Below are the records; copy exactly the stretch from the line containing "f 351 200 201" through the line containing "f 232 306 308", both ends included, and nothing else.

#####

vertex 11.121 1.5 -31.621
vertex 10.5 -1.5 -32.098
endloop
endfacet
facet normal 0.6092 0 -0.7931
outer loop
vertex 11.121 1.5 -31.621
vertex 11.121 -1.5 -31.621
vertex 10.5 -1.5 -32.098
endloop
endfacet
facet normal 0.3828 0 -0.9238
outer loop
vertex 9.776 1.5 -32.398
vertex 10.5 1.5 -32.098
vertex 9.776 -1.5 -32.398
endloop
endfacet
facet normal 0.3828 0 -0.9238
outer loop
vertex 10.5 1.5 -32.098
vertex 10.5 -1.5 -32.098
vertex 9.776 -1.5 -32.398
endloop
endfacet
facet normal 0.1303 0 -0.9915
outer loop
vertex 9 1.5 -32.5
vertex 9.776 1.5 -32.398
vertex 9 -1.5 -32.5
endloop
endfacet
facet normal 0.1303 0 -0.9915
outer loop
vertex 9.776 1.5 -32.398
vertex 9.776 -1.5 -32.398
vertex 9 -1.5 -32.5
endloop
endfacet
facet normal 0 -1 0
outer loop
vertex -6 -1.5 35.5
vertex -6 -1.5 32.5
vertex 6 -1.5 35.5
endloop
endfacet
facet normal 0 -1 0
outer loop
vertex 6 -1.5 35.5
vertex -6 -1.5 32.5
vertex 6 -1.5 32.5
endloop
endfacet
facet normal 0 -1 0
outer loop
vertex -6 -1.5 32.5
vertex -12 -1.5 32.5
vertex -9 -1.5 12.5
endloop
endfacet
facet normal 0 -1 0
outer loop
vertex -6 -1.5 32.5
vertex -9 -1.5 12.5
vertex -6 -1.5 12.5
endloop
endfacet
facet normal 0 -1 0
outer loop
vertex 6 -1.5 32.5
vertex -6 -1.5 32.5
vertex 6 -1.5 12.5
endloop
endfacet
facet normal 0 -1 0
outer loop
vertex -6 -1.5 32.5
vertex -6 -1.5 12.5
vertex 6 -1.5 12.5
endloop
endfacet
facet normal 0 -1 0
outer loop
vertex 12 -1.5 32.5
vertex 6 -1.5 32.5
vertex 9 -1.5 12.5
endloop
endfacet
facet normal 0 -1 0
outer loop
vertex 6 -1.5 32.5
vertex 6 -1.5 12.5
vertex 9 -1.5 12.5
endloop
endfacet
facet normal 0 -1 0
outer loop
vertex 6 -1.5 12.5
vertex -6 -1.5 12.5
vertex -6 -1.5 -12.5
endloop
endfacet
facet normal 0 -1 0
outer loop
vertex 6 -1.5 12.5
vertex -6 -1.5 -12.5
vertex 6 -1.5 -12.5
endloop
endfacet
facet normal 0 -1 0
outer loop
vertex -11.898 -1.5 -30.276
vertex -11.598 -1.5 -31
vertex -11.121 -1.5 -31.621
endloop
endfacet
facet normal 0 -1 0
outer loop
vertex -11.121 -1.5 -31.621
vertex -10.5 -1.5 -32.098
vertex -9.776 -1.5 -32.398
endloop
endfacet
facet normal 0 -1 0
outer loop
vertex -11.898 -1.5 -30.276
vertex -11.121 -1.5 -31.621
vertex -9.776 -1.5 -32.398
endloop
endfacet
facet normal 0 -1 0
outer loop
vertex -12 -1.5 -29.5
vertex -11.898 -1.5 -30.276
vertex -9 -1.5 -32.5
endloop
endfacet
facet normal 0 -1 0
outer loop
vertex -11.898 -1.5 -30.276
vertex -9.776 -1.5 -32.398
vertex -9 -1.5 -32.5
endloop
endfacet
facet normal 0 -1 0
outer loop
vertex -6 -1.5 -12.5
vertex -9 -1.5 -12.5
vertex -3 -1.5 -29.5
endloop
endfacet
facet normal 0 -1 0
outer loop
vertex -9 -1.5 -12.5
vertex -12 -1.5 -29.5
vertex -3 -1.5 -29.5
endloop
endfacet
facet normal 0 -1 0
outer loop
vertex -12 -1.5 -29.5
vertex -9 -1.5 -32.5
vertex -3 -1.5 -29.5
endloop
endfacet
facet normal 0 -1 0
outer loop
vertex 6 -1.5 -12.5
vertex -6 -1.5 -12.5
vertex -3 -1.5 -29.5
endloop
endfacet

#####

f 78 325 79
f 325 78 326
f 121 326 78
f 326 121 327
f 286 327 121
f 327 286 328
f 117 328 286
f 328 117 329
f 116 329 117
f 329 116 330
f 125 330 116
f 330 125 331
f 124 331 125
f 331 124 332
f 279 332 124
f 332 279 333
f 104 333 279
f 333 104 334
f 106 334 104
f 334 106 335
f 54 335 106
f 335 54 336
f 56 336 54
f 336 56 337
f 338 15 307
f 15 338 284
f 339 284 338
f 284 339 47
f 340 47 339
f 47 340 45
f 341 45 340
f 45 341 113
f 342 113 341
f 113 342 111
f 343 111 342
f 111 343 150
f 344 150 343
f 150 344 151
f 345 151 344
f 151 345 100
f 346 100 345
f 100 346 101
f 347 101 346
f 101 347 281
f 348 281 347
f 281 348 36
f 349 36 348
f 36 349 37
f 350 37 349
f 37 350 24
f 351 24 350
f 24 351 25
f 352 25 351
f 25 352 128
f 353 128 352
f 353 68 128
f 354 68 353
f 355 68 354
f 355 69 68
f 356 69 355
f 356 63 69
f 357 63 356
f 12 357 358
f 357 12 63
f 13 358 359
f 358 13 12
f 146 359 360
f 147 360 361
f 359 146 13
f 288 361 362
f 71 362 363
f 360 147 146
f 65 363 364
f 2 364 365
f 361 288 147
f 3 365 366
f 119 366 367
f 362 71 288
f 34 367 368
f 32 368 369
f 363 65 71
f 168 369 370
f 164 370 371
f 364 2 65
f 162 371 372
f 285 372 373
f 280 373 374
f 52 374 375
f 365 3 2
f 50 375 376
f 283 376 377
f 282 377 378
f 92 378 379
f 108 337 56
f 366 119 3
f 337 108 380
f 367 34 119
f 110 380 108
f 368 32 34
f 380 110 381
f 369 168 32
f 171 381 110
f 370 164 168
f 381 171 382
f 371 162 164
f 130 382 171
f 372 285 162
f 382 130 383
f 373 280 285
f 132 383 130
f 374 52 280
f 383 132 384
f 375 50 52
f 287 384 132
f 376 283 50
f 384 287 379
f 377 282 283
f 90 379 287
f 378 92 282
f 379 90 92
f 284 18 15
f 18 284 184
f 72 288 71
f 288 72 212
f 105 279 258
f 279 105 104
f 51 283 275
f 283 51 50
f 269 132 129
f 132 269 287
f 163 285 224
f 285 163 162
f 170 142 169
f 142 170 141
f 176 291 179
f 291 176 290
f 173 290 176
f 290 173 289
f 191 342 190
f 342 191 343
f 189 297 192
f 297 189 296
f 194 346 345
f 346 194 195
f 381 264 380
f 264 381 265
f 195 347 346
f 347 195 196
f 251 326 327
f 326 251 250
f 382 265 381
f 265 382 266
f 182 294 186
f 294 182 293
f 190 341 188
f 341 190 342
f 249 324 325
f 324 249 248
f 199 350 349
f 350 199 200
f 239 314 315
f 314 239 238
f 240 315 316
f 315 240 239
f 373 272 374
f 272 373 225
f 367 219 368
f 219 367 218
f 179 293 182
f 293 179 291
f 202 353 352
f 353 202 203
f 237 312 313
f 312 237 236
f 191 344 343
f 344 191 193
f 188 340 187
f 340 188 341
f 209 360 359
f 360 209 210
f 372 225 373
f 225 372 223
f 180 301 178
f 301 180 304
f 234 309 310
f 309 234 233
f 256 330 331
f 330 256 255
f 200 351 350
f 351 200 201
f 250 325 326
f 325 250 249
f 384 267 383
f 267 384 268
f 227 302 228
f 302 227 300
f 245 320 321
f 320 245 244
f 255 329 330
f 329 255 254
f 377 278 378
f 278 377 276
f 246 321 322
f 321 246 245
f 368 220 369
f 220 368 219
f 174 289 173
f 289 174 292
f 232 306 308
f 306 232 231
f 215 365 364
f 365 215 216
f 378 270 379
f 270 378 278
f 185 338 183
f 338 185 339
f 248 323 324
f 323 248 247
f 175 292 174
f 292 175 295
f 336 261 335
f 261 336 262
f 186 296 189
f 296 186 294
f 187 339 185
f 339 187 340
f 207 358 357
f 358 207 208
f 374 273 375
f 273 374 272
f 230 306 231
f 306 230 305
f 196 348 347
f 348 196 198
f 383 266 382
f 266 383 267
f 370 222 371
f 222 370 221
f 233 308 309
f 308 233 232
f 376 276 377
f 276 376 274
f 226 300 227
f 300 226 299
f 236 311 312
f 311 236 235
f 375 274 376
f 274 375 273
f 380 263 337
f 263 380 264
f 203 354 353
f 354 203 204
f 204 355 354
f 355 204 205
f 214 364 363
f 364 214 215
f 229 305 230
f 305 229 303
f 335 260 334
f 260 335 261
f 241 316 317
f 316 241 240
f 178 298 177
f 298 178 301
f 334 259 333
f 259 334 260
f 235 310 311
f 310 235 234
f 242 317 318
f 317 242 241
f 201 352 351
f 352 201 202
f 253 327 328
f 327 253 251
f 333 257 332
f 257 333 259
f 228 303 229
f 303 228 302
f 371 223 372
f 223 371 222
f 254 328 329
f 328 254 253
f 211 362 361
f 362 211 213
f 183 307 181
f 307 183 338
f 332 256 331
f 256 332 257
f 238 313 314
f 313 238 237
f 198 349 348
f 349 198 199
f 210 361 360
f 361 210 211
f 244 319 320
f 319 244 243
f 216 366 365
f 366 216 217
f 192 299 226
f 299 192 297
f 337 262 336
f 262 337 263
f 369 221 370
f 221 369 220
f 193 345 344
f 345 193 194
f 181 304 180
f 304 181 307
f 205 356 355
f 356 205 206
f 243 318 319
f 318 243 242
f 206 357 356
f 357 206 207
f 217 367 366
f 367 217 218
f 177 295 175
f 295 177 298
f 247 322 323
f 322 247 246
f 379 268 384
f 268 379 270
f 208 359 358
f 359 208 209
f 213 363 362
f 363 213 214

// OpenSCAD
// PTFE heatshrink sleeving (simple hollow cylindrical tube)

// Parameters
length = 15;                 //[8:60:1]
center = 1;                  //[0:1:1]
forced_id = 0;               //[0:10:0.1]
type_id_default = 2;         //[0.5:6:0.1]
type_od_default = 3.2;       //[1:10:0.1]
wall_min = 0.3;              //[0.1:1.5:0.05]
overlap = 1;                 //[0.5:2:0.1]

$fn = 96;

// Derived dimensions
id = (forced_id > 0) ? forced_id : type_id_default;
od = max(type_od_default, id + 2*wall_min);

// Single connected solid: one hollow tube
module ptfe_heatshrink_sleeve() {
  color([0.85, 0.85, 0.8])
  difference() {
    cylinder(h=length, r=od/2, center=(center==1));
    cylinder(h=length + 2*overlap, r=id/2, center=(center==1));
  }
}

#####

#### Task answer:
f 351 200 201
f 250 325 326
f 325 250 249
f 384 267 383
f 267 384 268
f 227 302 228
f 302 227 300
f 245 320 321
f 320 245 244
f 255 329 330
f 329 255 254
f 377 278 378
f 278 377 276
f 246 321 322
f 321 246 245
f 368 220 369
f 220 368 219
f 174 289 173
f 289 174 292
f 232 306 308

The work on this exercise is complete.